> ASSIGNED TASK: From the first line of the data through the line containing "v -37.15 40.5 0", return each line exactly.

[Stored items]
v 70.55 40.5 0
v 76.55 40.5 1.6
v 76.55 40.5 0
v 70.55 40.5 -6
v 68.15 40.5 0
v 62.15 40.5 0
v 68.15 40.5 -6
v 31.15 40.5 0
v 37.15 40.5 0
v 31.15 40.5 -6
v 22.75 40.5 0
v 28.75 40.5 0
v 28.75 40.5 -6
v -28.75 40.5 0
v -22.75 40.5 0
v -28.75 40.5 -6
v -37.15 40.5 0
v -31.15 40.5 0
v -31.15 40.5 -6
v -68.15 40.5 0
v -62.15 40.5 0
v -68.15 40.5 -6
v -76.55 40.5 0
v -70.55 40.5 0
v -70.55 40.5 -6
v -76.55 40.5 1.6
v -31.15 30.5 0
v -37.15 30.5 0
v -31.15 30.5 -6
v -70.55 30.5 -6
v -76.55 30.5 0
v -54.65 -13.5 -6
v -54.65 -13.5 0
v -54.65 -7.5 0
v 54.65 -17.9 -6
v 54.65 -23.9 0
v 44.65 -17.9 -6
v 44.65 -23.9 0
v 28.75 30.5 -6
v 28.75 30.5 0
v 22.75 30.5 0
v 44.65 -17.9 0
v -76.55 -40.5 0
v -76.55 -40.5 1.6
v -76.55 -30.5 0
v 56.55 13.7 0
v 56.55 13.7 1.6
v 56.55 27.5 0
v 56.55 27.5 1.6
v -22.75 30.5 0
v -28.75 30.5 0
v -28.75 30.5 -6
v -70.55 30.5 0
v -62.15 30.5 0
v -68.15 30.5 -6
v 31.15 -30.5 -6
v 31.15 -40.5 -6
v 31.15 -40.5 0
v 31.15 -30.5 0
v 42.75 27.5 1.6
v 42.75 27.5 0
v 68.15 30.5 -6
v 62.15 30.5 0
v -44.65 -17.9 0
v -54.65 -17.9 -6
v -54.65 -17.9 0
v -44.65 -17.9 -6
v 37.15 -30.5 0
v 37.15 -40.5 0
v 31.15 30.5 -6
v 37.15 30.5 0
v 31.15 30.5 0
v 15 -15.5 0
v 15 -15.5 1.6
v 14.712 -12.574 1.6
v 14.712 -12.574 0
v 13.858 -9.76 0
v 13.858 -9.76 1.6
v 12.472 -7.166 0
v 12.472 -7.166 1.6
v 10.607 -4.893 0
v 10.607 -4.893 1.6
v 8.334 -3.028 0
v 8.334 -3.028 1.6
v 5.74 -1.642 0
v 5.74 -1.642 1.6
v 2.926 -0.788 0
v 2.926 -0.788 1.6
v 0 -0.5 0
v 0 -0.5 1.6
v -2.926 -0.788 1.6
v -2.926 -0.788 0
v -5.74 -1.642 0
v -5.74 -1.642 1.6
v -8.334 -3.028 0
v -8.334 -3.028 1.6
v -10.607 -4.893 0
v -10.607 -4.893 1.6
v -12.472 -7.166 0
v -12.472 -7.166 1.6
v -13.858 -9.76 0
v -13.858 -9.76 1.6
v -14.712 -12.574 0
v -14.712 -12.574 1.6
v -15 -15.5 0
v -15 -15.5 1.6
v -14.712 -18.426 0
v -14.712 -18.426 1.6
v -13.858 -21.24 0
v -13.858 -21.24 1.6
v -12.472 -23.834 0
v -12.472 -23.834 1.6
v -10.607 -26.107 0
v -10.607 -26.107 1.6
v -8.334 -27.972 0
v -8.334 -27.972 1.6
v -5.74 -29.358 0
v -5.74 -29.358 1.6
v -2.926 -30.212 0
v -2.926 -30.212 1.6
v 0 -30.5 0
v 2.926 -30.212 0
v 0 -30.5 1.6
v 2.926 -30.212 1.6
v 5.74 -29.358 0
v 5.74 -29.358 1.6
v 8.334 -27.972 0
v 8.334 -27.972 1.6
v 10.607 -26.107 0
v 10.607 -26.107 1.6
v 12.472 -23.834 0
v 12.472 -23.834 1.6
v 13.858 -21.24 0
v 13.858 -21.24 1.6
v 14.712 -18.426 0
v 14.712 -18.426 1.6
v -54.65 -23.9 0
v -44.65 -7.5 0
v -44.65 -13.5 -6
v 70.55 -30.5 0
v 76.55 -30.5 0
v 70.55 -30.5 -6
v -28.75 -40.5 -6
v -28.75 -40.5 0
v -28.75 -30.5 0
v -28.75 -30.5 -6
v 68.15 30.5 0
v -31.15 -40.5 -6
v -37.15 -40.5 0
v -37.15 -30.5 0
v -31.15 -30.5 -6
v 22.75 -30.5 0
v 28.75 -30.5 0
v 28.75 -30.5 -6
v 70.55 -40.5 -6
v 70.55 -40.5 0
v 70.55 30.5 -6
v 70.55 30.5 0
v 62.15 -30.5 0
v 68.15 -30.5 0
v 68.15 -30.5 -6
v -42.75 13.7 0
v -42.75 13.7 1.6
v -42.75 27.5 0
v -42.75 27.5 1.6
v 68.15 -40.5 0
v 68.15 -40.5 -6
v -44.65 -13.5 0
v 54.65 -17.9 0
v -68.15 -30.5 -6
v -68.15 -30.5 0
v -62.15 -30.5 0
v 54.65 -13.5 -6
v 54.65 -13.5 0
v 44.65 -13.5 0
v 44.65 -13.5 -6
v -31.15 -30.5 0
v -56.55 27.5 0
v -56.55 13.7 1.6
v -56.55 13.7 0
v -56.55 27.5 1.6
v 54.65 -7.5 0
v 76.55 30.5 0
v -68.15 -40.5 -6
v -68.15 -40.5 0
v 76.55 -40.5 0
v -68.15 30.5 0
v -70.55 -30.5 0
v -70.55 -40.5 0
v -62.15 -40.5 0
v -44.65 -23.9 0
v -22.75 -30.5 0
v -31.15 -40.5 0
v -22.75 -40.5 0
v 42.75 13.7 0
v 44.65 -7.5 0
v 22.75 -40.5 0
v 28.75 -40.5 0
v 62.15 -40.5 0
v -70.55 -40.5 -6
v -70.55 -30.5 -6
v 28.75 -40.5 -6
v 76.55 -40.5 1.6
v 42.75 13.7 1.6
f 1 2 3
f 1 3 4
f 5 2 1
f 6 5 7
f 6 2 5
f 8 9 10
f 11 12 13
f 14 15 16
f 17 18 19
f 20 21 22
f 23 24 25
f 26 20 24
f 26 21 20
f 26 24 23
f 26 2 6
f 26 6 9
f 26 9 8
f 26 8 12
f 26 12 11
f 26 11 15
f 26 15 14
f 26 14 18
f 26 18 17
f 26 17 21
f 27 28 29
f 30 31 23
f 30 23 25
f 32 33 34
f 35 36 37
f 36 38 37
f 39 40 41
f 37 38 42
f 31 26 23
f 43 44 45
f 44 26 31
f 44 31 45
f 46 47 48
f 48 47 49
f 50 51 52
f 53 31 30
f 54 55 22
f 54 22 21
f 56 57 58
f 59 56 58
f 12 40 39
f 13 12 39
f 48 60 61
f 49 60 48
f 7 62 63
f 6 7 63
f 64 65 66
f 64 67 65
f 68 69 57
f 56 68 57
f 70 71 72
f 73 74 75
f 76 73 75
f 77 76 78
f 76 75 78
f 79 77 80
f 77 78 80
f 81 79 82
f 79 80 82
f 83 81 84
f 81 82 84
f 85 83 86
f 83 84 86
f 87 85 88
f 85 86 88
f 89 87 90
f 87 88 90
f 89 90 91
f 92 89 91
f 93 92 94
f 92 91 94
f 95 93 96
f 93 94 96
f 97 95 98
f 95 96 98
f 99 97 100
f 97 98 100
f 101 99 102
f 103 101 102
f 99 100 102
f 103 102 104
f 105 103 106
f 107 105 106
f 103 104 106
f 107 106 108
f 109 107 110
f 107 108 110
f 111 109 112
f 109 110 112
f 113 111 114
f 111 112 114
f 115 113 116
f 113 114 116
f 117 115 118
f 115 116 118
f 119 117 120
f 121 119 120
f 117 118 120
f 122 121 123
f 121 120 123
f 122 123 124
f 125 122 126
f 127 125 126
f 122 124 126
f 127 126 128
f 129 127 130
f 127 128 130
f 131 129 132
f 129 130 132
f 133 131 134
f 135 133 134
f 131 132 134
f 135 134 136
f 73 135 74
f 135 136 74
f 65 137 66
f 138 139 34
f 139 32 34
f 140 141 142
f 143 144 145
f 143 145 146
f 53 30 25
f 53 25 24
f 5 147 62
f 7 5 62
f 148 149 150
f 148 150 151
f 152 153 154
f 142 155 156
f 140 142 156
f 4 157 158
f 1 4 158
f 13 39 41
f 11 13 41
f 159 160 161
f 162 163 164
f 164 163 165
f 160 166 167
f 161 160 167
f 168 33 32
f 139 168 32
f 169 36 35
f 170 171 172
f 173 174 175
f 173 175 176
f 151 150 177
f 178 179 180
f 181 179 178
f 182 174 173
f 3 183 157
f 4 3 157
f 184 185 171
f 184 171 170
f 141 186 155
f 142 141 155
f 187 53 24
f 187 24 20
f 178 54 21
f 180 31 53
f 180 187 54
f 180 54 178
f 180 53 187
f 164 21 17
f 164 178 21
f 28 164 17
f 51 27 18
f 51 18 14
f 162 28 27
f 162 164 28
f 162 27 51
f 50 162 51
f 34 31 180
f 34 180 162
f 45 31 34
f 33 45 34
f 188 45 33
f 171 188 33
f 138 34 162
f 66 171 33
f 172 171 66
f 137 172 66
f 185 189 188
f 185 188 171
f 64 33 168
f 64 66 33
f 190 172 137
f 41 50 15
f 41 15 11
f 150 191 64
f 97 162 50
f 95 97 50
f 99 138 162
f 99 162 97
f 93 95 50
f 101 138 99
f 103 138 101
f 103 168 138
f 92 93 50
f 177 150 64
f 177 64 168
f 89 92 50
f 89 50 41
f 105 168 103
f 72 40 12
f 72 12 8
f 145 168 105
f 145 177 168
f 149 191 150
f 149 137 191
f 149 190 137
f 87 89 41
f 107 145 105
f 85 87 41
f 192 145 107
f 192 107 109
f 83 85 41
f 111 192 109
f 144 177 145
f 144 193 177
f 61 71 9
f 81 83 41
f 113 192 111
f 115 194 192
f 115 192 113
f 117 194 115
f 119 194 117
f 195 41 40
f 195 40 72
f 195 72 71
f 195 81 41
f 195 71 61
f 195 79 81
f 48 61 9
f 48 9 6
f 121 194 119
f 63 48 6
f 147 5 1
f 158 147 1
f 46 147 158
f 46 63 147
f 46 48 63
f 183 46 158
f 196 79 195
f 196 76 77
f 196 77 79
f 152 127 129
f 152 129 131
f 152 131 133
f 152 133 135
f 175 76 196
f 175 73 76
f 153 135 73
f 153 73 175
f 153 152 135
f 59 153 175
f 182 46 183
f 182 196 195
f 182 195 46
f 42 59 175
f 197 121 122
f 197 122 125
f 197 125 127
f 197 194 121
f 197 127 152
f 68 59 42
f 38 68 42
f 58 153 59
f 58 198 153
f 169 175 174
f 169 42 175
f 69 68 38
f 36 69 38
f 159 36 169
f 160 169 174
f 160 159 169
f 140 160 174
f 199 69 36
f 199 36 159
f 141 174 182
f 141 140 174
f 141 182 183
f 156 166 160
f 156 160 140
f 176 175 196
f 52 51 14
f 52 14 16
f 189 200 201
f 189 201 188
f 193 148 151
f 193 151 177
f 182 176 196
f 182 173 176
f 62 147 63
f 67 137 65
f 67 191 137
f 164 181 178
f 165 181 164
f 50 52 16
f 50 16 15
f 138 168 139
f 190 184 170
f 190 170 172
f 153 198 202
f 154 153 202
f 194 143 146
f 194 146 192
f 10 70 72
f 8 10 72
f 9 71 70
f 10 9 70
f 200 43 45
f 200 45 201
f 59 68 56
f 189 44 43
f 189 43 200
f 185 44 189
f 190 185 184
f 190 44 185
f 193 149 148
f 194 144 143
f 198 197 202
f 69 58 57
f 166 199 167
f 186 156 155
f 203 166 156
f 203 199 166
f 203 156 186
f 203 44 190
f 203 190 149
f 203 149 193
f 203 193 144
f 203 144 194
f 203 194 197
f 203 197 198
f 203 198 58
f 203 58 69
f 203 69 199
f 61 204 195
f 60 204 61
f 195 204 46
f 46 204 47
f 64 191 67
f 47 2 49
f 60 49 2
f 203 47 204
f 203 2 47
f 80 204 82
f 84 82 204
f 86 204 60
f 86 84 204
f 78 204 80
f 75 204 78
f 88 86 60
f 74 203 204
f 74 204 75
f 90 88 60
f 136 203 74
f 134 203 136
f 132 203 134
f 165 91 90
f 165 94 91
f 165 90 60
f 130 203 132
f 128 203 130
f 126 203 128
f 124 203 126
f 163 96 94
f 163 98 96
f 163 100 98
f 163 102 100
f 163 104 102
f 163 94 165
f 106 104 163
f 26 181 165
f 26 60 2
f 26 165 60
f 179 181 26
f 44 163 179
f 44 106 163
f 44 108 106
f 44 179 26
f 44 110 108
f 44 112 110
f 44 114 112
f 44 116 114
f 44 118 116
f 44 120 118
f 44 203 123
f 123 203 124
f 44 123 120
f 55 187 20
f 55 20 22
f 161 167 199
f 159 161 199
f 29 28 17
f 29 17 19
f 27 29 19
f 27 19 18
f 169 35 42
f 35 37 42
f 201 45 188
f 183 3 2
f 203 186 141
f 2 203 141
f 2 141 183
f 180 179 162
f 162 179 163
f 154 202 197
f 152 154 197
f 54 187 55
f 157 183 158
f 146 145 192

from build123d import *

# Parameters (mm, degrees)
F2_DEPTH  = 81
F3_DEPTH  = 10
F4_START  = -71
F4_DEPTH  = 10
F7_DEPTH  = 5
F9_R      = 15
F10_DEPTH = 1.6
F11_W     = 13.8
F11_H     = 13.8
F12_DEPTH = 1.6


# Not quite as in the source:
# - a feature names something its author has since deleted; it is built from what else it names


with BuildPart() as f2:
    # F1 (on offset) → F2 (new body)
    with BuildSketch(Plane.XZ.offset(40.5)):
        Polygon((76.55, 0), (76.55, 1.6), (-76.55, 1.6), (-76.55, 0), (-70.55, 0), (-68.15, 0), (-62.15, 0), (-37.15, 0), (-31.15, 0), (-28.75, 0), (-22.75, 0), (22.75, 0), (28.75, 0), (31.15, 0), (37.15, 0), (62.15, 0), (68.15, 0), (70.55, 0), align=None)
    extrude(amount=-F2_DEPTH)

    # F1 (on offset) → F3 (join)
    with BuildSketch(Plane.XZ.offset(40.5)):
        Polygon((-62.15, 0), (-68.15, 0), (-68.15, -6), align=None)
        Polygon((-31.15, 0), (-37.15, 0), (-31.15, -6), align=None)
        Polygon((-22.75, 0), (-28.75, 0), (-28.75, -6), align=None)
        Polygon((-70.55, 0), (-76.55, 0), (-70.55, -6), align=None)
    extrude(amount=-F3_DEPTH)

    # F1 (on offset) → F4 (join)
    with BuildSketch(Plane.XZ.offset(40.5).offset(F4_START)):
        Polygon((-62.15, 0), (-68.15, 0), (-68.15, -6), align=None)
        Polygon((-31.15, 0), (-37.15, 0), (-31.15, -6), align=None)
        Polygon((-22.75, 0), (-28.75, 0), (-28.75, -6), align=None)
        Polygon((-70.55, 0), (-76.55, 0), (-70.55, -6), align=None)
    extrude(amount=-F4_DEPTH)

    # F6 (on offset) → F7 (join, symmetric)
    with BuildSketch(Plane.YZ.offset(-49.65)):
        Polygon((-13.5, 0), (-13.5, -6), (-7.5, 0), align=None)
        Polygon((-17.9, -6), (-17.9, 0), (-23.9, 0), align=None)
    extrude(amount=F7_DEPTH, both=True)

    # F8: F2 across plane


with BuildPart() as f2_1:
    add(f2.part)
    add(f2.part.mirror(Plane.YZ))

    # F9 (on face) → F10 (cut)
    with BuildSketch(Plane.XY.offset(1.6)):
        with Locations((0, -15.5)):
            Circle(F9_R)
    extrude(amount=-F10_DEPTH, mode=Mode.SUBTRACT)

    # F11 (on face) → F12 (cut)
    with BuildSketch(Plane.XY.offset(1.6)):
        with Locations((-49.65, 20.6)):
            Rectangle(F11_W, F11_H)
        with Locations((49.65, 20.6)):
            Rectangle(F11_W, F11_H)
    extrude(amount=-F12_DEPTH, mode=Mode.SUBTRACT)


solid = f2_1.part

> SOLUTION TO THIS PROBLEM:
v 70.55 40.5 0
v 76.55 40.5 1.6
v 76.55 40.5 0
v 70.55 40.5 -6
v 68.15 40.5 0
v 62.15 40.5 0
v 68.15 40.5 -6
v 31.15 40.5 0
v 37.15 40.5 0
v 31.15 40.5 -6
v 22.75 40.5 0
v 28.75 40.5 0
v 28.75 40.5 -6
v -28.75 40.5 0
v -22.75 40.5 0
v -28.75 40.5 -6
v -37.15 40.5 0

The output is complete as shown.